►

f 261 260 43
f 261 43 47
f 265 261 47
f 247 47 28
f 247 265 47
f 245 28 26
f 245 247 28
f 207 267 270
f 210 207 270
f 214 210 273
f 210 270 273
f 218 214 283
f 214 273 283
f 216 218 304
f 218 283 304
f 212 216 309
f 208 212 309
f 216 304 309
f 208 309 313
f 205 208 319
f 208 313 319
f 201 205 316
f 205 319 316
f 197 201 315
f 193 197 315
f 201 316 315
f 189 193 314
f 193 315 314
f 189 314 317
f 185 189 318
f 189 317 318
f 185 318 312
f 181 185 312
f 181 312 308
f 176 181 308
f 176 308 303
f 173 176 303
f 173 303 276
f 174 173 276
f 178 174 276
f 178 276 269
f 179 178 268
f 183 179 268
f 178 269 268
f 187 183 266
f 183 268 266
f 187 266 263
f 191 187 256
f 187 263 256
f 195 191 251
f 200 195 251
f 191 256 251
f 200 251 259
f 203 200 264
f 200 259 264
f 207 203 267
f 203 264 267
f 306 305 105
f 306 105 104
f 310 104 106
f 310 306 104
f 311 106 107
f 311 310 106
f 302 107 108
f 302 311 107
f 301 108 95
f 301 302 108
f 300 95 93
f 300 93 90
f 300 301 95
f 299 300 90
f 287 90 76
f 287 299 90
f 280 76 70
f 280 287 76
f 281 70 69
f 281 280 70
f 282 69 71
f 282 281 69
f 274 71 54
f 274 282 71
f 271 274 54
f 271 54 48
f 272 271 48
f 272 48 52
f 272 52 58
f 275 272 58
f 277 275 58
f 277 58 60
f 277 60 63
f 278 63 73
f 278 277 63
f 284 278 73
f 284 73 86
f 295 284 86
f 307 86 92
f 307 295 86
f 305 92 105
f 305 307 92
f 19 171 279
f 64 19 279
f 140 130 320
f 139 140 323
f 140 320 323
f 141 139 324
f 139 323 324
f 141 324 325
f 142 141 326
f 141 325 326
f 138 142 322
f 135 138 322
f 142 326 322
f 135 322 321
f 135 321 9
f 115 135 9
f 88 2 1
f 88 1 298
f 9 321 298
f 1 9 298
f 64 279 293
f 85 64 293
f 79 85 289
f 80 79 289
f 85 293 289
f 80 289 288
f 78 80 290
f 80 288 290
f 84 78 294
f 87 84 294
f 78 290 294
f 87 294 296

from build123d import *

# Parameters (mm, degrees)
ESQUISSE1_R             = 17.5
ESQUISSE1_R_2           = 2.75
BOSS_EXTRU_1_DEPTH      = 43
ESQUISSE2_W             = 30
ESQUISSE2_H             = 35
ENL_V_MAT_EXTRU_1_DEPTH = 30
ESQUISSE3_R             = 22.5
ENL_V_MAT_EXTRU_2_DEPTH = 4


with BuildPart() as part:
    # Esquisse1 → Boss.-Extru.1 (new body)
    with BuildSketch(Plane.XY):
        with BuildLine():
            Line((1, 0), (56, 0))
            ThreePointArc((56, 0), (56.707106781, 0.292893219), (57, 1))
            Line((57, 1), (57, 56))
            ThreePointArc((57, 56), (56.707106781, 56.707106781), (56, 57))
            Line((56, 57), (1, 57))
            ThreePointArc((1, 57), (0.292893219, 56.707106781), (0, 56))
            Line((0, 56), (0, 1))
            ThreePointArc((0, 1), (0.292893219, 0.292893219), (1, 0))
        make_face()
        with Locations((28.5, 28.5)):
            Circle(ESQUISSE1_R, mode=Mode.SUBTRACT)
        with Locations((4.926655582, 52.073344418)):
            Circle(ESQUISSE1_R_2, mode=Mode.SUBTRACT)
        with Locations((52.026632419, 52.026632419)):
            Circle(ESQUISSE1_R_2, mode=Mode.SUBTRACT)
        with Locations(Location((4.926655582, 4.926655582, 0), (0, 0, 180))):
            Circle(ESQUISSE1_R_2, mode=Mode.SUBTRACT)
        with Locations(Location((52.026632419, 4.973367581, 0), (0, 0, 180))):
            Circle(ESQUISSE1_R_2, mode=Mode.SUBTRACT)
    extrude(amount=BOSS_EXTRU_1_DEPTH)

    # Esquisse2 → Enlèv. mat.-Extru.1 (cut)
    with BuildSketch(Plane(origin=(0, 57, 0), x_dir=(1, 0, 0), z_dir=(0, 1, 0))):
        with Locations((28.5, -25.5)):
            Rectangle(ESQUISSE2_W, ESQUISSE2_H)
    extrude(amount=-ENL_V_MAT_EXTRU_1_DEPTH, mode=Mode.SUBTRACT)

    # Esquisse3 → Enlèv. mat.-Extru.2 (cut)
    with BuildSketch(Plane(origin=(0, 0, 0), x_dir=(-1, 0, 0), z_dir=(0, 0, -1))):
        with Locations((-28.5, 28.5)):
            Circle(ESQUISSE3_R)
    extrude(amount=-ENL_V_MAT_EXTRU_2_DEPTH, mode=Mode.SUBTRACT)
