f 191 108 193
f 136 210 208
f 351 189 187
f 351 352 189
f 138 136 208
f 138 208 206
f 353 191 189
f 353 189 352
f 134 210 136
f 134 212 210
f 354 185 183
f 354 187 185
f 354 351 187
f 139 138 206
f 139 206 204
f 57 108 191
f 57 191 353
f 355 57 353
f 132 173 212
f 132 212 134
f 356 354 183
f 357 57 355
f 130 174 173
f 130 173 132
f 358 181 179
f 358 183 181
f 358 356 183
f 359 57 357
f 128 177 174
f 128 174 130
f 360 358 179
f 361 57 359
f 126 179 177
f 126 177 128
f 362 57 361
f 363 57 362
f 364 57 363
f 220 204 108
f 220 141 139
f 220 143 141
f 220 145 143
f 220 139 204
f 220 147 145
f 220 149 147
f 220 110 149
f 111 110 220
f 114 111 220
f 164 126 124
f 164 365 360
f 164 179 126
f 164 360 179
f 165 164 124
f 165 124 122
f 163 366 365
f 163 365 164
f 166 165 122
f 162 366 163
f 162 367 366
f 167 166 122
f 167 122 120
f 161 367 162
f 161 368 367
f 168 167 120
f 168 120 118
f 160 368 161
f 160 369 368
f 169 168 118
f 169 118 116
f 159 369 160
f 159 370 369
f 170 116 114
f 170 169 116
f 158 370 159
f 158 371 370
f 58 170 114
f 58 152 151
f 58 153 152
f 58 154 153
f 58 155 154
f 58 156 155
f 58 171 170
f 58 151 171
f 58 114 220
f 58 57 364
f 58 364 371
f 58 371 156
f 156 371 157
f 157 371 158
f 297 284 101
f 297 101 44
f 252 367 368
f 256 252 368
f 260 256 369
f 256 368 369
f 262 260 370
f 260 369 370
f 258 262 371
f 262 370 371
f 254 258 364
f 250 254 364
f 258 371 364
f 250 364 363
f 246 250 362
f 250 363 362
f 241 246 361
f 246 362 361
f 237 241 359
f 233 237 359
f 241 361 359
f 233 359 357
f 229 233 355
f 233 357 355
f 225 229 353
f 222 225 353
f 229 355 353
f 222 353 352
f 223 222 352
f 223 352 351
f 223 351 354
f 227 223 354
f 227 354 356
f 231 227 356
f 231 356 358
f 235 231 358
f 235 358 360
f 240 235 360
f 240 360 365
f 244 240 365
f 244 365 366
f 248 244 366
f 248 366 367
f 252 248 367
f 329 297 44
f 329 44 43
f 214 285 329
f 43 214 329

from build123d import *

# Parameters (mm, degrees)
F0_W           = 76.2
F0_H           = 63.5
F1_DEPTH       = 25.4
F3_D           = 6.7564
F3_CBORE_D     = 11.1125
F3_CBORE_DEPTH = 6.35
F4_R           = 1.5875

◄

Directions for this task: Above are some records; copy exactly the lines from the one with "f 78 80 290" through the one with "ThreePointArc((56, 0), (56.707106781, 0.292893219), (57, 1))", both included, and no others.

Response box:
f 78 80 290
f 80 288 290
f 84 78 294
f 87 84 294
f 78 290 294
f 87 294 296

from build123d import *

# Parameters (mm, degrees)
ESQUISSE1_R             = 17.5
ESQUISSE1_R_2           = 2.75
BOSS_EXTRU_1_DEPTH      = 43
ESQUISSE2_W             = 30
ESQUISSE2_H             = 35
ENL_V_MAT_EXTRU_1_DEPTH = 30
ESQUISSE3_R             = 22.5
ENL_V_MAT_EXTRU_2_DEPTH = 4


with BuildPart() as part:
    # Esquisse1 → Boss.-Extru.1 (new body)
    with BuildSketch(Plane.XY):
        with BuildLine():
            Line((1, 0), (56, 0))
            ThreePointArc((56, 0), (56.707106781, 0.292893219), (57, 1))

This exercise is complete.